# Is this a scam?



## Timlee252525 (Apr 14, 2020)

Scam?


----------



## Illini (Mar 14, 2019)

Yes.


----------



## BestInDaWest (Apr 8, 2021)

maybe...check the info without giving them any until you are satisfied


----------



## FLKeys (Dec 27, 2018)

Found this online. The link from this page is different then your link.

Beware, however worth investigating online not from a link sent to you from an unknow party.





__





Marko v. DoorDash - Home


Marko v. DoorDash



www.doordashclasssettlement.com


----------



## Wildgoose (Feb 11, 2019)

I don't think so since this URL is secured. ( http without "s" is unsecured and any one could create a scam website but https with "s" is secured. Only trusted legitimate company could register for this.


----------



## Wildgoose (Feb 11, 2019)

Timlee252525 said:


> Scam?
> View attachment 613291


I believe that it is legitimate since URL is secured. http with "s" is secured website and only legitimate company could register for that.
But ".is" means regional top level domain and it said the website is running in Iceland.


----------



## MikhailCA (Dec 8, 2019)

Wildgoose said:


> I believe that it is legitimate since URL is secured. http with "s" is secured website and only legitimate company could register for that.
> But ".is" means regional top level domain and it said the website is running in Iceland.

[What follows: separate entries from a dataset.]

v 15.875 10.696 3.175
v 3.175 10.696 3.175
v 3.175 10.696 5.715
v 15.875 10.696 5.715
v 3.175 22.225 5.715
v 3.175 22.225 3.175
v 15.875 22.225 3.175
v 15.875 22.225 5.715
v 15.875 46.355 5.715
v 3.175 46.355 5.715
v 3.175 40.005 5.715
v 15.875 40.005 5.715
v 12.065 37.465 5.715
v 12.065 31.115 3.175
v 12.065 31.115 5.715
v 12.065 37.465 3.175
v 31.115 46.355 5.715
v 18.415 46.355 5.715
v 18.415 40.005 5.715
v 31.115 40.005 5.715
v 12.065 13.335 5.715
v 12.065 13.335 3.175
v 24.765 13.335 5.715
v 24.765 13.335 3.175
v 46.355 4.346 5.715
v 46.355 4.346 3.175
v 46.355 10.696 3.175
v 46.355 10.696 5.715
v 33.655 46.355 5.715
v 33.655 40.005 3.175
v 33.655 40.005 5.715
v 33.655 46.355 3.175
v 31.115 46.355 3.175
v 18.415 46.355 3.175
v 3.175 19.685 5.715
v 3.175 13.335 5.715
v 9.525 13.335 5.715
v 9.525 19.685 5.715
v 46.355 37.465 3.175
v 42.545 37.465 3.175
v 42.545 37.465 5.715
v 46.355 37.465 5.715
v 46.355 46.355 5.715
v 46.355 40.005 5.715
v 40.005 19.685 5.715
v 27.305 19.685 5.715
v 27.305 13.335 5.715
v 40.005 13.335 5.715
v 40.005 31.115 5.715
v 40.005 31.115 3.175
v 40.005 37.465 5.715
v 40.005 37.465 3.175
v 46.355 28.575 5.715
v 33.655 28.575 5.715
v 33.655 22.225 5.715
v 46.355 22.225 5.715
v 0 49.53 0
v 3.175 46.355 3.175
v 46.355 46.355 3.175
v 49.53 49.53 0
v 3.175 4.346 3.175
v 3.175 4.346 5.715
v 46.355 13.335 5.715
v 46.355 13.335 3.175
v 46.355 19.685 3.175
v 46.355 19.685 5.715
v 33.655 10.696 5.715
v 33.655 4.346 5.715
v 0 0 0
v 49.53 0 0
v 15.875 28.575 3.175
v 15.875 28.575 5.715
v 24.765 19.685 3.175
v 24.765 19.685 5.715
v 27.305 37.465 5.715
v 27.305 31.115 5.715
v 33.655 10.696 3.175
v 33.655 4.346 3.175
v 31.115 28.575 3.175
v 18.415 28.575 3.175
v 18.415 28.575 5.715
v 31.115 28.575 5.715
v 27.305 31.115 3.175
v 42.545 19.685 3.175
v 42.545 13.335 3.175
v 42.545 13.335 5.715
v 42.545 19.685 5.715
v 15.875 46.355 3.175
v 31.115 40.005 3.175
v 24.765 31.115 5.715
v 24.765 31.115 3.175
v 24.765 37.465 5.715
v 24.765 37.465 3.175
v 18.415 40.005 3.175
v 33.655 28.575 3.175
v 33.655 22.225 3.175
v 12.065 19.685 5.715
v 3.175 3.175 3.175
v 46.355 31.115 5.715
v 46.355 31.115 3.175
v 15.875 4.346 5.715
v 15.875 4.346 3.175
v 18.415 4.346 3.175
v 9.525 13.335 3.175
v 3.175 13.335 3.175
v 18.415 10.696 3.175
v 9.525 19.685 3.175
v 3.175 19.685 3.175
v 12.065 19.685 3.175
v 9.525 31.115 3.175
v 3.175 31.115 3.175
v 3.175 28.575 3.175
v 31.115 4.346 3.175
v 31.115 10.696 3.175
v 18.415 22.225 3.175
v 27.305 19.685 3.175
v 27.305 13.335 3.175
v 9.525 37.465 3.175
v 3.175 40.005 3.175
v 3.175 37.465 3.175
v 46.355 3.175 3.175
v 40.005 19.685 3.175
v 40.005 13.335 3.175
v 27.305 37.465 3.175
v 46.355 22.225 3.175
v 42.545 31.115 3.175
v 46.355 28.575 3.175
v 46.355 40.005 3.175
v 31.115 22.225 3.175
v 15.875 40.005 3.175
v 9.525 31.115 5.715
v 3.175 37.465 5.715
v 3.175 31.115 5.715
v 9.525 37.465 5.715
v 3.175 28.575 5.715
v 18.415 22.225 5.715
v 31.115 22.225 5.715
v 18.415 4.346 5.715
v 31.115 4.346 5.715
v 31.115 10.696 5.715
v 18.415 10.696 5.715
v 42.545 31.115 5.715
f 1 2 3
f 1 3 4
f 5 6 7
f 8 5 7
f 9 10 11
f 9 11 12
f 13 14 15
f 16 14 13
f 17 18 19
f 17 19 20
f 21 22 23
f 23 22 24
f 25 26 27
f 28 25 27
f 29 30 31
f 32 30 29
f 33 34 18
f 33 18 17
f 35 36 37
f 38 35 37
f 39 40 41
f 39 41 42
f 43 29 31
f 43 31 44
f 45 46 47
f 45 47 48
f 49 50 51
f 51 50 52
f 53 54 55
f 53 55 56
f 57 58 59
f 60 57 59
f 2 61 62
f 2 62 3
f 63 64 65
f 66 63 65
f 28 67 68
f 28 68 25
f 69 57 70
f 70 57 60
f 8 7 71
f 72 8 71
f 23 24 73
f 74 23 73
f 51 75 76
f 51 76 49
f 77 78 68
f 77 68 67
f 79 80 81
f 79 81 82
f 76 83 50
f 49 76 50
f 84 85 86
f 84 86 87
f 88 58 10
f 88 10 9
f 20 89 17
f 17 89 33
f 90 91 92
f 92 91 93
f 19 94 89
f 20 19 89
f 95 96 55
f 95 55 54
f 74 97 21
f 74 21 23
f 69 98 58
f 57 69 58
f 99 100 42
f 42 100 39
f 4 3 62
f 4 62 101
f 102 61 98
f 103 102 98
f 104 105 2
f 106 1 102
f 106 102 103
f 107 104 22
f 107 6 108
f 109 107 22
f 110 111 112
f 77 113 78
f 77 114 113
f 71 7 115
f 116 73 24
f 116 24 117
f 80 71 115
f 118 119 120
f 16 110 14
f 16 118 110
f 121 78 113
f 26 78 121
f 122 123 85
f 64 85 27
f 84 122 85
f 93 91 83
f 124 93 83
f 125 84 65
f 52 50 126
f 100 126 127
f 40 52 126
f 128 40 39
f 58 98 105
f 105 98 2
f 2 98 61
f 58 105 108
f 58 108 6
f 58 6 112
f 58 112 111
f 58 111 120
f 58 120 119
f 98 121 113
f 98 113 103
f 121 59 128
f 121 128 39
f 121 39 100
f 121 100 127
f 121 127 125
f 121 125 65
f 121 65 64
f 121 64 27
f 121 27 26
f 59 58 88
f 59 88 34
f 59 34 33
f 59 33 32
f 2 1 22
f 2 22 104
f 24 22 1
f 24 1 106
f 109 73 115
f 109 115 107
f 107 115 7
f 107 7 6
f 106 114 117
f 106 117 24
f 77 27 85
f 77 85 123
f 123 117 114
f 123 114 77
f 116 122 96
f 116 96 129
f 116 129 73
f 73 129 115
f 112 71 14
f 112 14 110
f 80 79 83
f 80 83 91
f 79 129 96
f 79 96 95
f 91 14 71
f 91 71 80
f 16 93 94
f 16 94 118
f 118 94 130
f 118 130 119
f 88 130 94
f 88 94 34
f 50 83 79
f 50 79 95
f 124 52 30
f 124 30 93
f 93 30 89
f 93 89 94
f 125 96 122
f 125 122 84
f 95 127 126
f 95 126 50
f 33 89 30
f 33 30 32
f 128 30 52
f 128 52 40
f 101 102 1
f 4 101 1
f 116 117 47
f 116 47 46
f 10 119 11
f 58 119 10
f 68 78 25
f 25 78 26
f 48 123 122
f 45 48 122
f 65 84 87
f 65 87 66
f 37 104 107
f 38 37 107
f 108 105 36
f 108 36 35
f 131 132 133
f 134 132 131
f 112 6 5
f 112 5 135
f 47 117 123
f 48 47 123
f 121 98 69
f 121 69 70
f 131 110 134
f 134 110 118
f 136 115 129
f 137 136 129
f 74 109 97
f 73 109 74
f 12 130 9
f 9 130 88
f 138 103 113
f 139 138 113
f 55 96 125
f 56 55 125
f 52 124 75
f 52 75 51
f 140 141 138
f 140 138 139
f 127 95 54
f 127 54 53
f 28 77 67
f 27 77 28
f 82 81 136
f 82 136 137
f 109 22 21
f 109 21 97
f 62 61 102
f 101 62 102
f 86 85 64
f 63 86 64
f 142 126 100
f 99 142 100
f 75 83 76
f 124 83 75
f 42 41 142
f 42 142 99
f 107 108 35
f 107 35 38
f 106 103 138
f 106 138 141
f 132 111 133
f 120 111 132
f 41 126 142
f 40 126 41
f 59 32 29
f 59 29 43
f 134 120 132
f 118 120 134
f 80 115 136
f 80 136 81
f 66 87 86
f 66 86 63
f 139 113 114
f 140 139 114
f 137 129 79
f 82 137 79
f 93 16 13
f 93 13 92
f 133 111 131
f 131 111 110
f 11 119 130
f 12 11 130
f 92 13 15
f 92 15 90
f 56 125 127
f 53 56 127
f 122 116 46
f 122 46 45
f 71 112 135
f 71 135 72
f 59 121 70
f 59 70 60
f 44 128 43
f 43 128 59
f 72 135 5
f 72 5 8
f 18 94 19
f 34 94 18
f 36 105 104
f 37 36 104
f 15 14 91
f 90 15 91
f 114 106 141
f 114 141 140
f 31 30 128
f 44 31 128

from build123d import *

# Parameters (mm, degrees)
F0_W     = 49.53
F0_H     = 49.53
F1_DEPTH = 3.175
F2_SIZE  = 3.17499
F3_W     = 3.81
F3_H     = 6.35
F3_W_2   = 12.7
F3_W_3   = 6.35
F3_W_4   = 12.7000000036
F3_W_5   = 3.8100000384
F3_W_6   = 12.7000000384
F4_DEPTH = 2.54


# Not quite as in the source:
# - a fillet or chamfer is up to 0.001 mm smaller than in the source, because OpenCascade refuses the exact size


with BuildPart() as f1:
    # F0 (on Top) → F1 (new body)
    with BuildSketch(Plane.XY):
        with Locations((24.765, 24.765)):
            Rectangle(F0_W, F0_H)
    extrude(amount=F1_DEPTH)

    # F2 (size 3.175 in the source; OpenCascade refuses exactly that, so slightly less here)
    f2_edges = [f1.edges().sort_by_distance(p)[0] for p in [
        (0, 24.765, 3.175),
        (24.765, 0, 3.175),
        (49.53, 24.765, 3.175),
        (24.765, 49.53, 3.175),
    ]]
    chamfer(f2_edges, length=F2_SIZE)

    # F3 (on face) → F4 (join)
    with BuildSketch(Plane.XY.offset(3.175)):
        with Locations((44.45, 34.29)):
            Rectangle(F3_W, F3_H)
        with Locations((9.525, 43.18)):
            Rectangle(F3_W_2, F3_H)
        with Locations((9.5249999653, 25.4)):
            Rectangle(F3_W_2, F3_H)
        with Locations((24.765, 43.18)):
            Rectangle(F3_W_2, F3_H)
        with Locations((6.3499999653, 16.51)):
            Rectangle(F3_W_3, F3_H)
        with Locations((40.005, 43.18)):
            Rectangle(F3_W_2, F3_H)
        with Locations((33.6549999616, 16.51)):
            Rectangle(F3_W_2, F3_H)
        with Locations((9.525, 7.5206288218)):
            Rectangle(F3_W_2, F3_H)
        with Locations((6.35, 34.29)):
            Rectangle(F3_W_3, F3_H)
        with Locations((24.7649999653, 25.4)):
            Rectangle(F3_W_2, F3_H)
        with Locations((40.0049999982, 7.5206288218)):
            Rectangle(F3_W_4, F3_H)
        with Locations((18.415, 34.29)):
            Rectangle(F3_W_2, F3_H)
        with Locations((18.4149999616, 16.51)):
            Rectangle(F3_W_2, F3_H)
        with Locations((44.4499999808, 16.51)):
            Rectangle(F3_W_5, F3_H)
        with Locations((33.655, 34.29)):
            Rectangle(F3_W_2, F3_H)
        with Locations((40.0049999808, 25.4)):
            Rectangle(F3_W_6, F3_H)
        with Locations((24.765, 7.5206288218)):
            Rectangle(F3_W_2, F3_H)
    extrude(amount=F4_DEPTH)


solid = f1.part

Lol, you are wrong about everything but it is legitimate url anyway.
1)You don’t need the company to get security certificate, it’s free pretty much.
2)There’s no requirements about company domain extension.
3)Iceland means what their website hosted on Amazon(in 99.9% cases )


----------



## Taxi2Uber (Jul 21, 2017)

Wildgoose said:


> I believe that it is legitimate since URL is secured. http with "s" is secured website and only legitimate company could register for that.
> But ".is" means regional top level domain and it said the website is running in Iceland.


Is ".isis" OK?


----------